__MATERIAL PROVIDED__
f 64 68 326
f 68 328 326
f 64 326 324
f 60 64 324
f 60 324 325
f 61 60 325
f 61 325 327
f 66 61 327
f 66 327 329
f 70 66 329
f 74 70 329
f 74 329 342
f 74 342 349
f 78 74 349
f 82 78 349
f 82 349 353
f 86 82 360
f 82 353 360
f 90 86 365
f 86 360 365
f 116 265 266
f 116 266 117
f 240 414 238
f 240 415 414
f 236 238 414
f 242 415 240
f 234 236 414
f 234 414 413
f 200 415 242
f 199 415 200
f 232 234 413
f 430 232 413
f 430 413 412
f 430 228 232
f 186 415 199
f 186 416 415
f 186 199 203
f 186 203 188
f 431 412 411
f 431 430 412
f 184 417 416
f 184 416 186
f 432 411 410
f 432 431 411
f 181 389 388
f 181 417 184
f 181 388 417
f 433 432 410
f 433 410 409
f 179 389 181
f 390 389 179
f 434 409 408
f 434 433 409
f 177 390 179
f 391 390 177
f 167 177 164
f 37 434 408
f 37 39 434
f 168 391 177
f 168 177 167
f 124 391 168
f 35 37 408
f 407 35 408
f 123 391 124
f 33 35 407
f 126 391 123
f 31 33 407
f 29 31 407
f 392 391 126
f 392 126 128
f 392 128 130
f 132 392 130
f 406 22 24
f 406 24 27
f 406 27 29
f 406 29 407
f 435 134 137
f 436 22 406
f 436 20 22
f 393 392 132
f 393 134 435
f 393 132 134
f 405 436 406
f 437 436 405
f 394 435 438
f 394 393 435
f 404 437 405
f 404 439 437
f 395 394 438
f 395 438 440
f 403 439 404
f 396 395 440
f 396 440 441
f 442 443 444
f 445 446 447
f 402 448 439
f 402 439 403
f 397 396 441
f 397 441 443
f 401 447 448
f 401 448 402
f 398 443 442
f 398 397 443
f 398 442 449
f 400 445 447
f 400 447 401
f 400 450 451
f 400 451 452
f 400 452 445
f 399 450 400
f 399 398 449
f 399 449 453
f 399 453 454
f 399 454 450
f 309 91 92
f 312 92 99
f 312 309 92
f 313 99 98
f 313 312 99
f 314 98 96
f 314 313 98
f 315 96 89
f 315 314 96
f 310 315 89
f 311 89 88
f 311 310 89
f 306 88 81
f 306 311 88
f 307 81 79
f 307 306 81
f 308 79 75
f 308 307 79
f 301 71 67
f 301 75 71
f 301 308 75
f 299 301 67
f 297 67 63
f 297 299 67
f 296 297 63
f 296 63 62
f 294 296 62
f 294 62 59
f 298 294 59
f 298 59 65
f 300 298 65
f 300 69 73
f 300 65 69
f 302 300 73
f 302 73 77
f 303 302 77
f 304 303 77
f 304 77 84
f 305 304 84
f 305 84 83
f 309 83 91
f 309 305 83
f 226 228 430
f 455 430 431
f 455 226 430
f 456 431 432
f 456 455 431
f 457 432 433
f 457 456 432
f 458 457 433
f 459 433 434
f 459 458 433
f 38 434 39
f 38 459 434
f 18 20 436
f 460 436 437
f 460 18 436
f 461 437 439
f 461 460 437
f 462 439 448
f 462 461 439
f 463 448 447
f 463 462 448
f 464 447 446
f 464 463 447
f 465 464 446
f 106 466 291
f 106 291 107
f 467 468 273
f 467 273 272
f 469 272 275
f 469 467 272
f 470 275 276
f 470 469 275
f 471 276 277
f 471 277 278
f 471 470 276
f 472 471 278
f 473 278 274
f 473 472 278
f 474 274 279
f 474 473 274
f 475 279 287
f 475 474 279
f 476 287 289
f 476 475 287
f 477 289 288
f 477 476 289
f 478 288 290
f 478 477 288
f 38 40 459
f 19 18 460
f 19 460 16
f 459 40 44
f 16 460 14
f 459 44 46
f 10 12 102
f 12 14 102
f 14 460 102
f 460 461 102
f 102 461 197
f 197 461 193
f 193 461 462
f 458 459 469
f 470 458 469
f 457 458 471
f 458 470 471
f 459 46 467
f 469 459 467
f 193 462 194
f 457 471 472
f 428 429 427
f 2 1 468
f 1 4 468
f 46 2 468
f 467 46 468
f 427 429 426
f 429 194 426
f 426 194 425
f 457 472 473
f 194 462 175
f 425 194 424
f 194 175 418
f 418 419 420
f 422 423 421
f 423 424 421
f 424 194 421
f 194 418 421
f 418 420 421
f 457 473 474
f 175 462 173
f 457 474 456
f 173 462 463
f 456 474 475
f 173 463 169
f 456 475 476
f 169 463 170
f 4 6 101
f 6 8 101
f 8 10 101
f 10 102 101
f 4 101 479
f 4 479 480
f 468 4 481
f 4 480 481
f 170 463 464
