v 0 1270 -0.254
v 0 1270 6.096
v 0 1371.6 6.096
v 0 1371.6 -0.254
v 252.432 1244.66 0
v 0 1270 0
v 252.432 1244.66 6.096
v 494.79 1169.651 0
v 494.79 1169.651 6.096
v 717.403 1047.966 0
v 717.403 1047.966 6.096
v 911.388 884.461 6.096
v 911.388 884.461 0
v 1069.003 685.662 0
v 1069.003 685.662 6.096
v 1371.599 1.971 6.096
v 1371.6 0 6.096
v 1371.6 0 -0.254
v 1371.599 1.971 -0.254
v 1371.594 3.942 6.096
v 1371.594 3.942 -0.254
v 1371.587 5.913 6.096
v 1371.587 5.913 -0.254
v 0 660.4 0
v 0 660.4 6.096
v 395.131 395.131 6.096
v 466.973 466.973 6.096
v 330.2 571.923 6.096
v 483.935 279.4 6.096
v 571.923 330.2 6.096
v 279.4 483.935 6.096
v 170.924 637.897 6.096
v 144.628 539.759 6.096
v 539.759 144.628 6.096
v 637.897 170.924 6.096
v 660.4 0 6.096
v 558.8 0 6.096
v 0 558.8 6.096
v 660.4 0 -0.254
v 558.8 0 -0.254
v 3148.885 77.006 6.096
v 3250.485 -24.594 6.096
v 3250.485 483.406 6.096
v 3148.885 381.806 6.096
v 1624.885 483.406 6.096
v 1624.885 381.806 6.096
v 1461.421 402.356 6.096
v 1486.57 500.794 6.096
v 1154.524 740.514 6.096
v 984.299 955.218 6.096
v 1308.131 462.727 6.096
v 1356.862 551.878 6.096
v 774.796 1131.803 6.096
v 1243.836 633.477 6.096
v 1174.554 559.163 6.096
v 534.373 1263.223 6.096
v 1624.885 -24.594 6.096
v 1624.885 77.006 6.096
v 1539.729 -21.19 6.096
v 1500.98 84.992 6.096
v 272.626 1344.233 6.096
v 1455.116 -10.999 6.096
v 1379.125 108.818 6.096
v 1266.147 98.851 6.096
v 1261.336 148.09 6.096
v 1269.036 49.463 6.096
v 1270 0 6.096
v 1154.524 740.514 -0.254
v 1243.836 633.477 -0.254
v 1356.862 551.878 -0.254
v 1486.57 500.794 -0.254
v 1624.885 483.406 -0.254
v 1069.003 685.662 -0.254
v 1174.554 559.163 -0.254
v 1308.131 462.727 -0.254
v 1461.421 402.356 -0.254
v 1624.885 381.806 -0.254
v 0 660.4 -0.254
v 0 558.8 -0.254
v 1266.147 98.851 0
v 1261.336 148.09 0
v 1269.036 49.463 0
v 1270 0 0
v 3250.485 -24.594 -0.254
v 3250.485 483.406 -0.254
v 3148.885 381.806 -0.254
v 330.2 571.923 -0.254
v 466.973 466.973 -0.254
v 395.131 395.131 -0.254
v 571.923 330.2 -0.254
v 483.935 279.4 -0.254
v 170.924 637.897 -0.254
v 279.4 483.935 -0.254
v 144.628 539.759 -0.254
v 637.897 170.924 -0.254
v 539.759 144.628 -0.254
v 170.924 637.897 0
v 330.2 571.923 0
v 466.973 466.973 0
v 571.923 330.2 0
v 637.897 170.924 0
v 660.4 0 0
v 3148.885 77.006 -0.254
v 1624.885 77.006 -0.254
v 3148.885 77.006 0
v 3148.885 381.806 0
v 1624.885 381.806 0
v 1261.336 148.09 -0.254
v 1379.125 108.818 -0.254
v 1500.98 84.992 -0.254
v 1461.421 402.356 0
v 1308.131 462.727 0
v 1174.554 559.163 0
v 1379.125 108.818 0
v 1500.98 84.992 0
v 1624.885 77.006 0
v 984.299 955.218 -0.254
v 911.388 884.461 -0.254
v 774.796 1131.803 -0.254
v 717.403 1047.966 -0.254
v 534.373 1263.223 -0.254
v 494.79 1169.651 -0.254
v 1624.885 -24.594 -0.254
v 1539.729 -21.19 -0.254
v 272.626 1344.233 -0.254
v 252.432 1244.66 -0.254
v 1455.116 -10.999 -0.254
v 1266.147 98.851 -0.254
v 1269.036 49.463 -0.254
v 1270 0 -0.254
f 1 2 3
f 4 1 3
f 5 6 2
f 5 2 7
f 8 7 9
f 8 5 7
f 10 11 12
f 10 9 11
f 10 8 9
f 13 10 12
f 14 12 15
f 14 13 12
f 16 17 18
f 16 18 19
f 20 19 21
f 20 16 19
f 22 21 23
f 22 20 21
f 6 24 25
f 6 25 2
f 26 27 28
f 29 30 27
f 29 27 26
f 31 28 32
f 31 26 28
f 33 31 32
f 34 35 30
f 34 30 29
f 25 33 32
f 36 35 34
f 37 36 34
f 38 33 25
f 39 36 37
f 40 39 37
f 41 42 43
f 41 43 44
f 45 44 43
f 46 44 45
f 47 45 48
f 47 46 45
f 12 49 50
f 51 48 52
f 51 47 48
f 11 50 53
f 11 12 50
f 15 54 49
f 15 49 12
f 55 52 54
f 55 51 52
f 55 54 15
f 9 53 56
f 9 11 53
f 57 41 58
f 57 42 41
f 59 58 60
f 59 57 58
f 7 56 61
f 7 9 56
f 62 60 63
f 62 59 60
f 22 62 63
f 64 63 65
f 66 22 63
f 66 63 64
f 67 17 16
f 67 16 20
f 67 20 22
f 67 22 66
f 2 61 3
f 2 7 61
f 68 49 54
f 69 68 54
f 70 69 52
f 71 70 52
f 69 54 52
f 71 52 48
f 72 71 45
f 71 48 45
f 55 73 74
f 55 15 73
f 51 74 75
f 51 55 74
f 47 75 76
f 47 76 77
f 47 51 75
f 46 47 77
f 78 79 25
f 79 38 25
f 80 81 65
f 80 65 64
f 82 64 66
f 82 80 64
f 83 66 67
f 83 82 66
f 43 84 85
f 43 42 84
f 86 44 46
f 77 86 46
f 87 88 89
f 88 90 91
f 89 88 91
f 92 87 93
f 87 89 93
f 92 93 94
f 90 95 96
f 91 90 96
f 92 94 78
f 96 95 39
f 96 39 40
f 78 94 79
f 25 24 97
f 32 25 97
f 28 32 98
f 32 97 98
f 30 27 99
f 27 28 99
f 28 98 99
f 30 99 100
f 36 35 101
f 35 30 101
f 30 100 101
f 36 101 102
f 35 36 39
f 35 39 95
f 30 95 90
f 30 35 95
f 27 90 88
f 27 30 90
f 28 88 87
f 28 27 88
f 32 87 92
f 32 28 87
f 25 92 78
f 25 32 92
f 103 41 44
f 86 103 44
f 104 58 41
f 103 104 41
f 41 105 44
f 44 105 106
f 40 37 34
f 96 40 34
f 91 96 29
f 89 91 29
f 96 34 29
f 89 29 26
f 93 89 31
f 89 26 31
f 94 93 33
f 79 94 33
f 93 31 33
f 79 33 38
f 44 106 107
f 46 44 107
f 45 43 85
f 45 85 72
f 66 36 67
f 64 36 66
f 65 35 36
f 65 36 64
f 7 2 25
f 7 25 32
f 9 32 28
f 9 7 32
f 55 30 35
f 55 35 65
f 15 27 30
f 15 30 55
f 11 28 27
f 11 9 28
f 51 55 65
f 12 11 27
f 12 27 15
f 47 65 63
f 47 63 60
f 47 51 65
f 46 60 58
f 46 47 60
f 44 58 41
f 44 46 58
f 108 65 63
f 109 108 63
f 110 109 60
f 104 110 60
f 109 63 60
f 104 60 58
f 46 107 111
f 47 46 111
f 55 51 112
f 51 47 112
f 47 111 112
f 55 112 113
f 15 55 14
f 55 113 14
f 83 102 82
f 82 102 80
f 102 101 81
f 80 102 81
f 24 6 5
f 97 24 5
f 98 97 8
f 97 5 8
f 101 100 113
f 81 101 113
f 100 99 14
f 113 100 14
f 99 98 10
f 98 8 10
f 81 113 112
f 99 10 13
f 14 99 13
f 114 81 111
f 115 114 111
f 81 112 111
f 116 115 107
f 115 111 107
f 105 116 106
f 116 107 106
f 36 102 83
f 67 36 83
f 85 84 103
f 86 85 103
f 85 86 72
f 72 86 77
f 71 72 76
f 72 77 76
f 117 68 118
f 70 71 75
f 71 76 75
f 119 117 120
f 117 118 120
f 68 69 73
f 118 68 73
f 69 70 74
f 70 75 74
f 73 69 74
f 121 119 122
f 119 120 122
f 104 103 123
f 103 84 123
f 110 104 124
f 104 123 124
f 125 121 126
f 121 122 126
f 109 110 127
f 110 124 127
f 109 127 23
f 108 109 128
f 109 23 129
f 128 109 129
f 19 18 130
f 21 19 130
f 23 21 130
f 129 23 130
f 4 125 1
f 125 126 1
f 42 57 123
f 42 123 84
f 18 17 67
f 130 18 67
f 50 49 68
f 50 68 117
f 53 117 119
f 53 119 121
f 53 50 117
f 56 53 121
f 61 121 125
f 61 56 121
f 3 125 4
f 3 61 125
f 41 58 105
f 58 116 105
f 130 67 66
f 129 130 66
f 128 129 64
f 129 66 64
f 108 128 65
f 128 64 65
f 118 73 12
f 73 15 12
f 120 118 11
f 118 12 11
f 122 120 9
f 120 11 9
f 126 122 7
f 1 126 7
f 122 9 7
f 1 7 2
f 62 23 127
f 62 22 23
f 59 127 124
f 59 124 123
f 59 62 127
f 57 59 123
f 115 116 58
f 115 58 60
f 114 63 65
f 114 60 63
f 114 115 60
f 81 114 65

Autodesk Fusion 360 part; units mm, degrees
sketch "Sketch1" plane through (0, 0, 0) normal (0, 0, 1) x (1, 0, 0)
  circle A0 centre (0, 0) radius 660.4
  circle A1 centre (0, 0) radius 1270
  line L0 (0, 0) -> (0, 1270)
  line L1 (0, 0) -> (1270, 0)
  circle A2 centre (1624.8851, 1042.2056) radius 660.4
  circle A3 centre (1624.8851, 1042.2056) radius 965.2
  line L2 (1624.8851, 1042.2056) -> (1624.8851, 77.0056)
  line L3 (1624.8851, 77.0056) -> (3148.8851, 77.0056)
  line L4 (3148.8851, 77.0056) -> (3148.8851, 381.8056)
  line L5 (3148.8851, 381.8056) -> (1624.8851, 381.8056)
  line L6 (1624.8851, 381.8056) -> (1624.8851, 77.0056)
  dimension "d1" = 1320.8
  dimension "d2" = 609.6
  dimension "d3" = 1320.8
  dimension "d4" = 304.8
  dimension "d5" = 1524
  dimension "d6" = 304.8
extrude "Extrude1" add sketch "Sketch1" along normal blind 6.096 contours A0 A1 L0 L1 A3 | A1 A3 | A1 A2 A3 L2 L6 | A3 L2 L5 L6 | A3 L3 L4 L5 makes body 1
sketch "Sketch2" plane through (0, 0, 6.096) normal (0, 0, 1) x (-1, 0, 0)
  line L0 (-660.4, 0) -> (-1270, 0)
  arc A0 (-1270, 0) -> (-1261.3364, -148.0897) centre (0, 0) ccw
  arc A1 (-1261.3364, -148.0897) -> (-1624.8851, -77.0056) centre (-1624.8851, -1042.2056) ccw
  line L1 (-1624.8851, -77.0056) -> (-3148.8851, -77.0056)
  line L2 (-3148.8851, -77.0056) -> (-3148.8851, -381.8056)
  line L3 (-3148.8851, -381.8056) -> (-1624.8851, -381.8056)
  arc A2 (-1069.0034, -685.6616) -> (-1624.8851, -381.8056) centre (-1624.8851, -1042.2056) ccw
  arc A3 (-1069.0034, -685.6616) -> (0, -1270) centre (0, 0) ccw
  line L4 (0, -1270) -> (0, -660.4)
  arc A4 (-660.4, 0) -> (0, -660.4) centre (0, 0) ccw
  arc A5 (-549.486, 101.6) -> (101.6, -549.486) centre (0, 0) ccw
  line L5 (101.6, -1367.8319) -> (101.6, -549.486)
  arc A6 (-1154.5236, -740.5145) -> (101.6, -1367.8319) centre (0, 0) ccw
  arc A7 (-1154.5236, -740.5145) -> (-1624.8851, -483.4056) centre (-1624.8851, -1042.2056) ccw
  line L6 (-3250.4851, -483.4056) -> (-1624.8851, -483.4056)
  line L7 (-3250.4851, 24.5944) -> (-3250.4851, -483.4056)
  line L8 (-1624.8851, 24.5944) -> (-3250.4851, 24.5944)
  arc A8 (-1371.5873, -5.913) -> (-1624.8851, 24.5944) centre (-1624.8851, -1042.2056) ccw
  arc A9 (-1367.8319, 101.6) -> (-1371.5873, -5.913) centre (0, 0) ccw
  line L9 (-549.486, 101.6) -> (-1367.8319, 101.6)
  line L10 (-549.486, 101.6) -> (-1383.9809, 101.6)
  line L11 (-1383.9809, 101.6) -> (-1383.9809, 0)
  line L12 (-1383.9809, 0) -> (-549.486, 0)
  line L13 (-549.486, 0) -> (-549.486, 101.6)
  line L14 (101.6, -549.486) -> (0, -549.486)
  line L15 (0, -549.486) -> (0, -1422.4)
  line L16 (0, -1422.4) -> (101.6, -1422.4)
  line L17 (101.6, -1422.4) -> (101.6, -549.486)
  dimension "d9" = 101.6
  dimension "d10" = 101.6
extrude "Extrude1'" add sketch "Sketch2" against normal blind 6.35 separate body contours A4 A5 L12 L15 | A0 A1 L1 L2 L3 A2 A3 A6 A7 L6 L7 L8 A8 A9 L12 L15 makes body 2 at (2674.7518, 9.2723, 6.096) makes body 3 at (31.3282, 624.2927, 6.096) in component "On Ramp"
copy_body "CutPasteBodies1" bodies 1 removing the originals makes body 4 in component "On Ramp"
component "On Ramp" placed x (1, 0, 0) y (0, 1, 0) z (0, 0, 1) at (0, 0, 0)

__EXERCISE AIM__
Would you please repeat exactly the lines above, starting at the line with "f 59 127 124" and stopping at the line with "f 81 114 65", both included?

__WRITTEN RESPONSE__
f 59 127 124
f 59 124 123
f 59 62 127
f 57 59 123
f 115 116 58
f 115 58 60
f 114 63 65
f 114 60 63
f 114 115 60
f 81 114 65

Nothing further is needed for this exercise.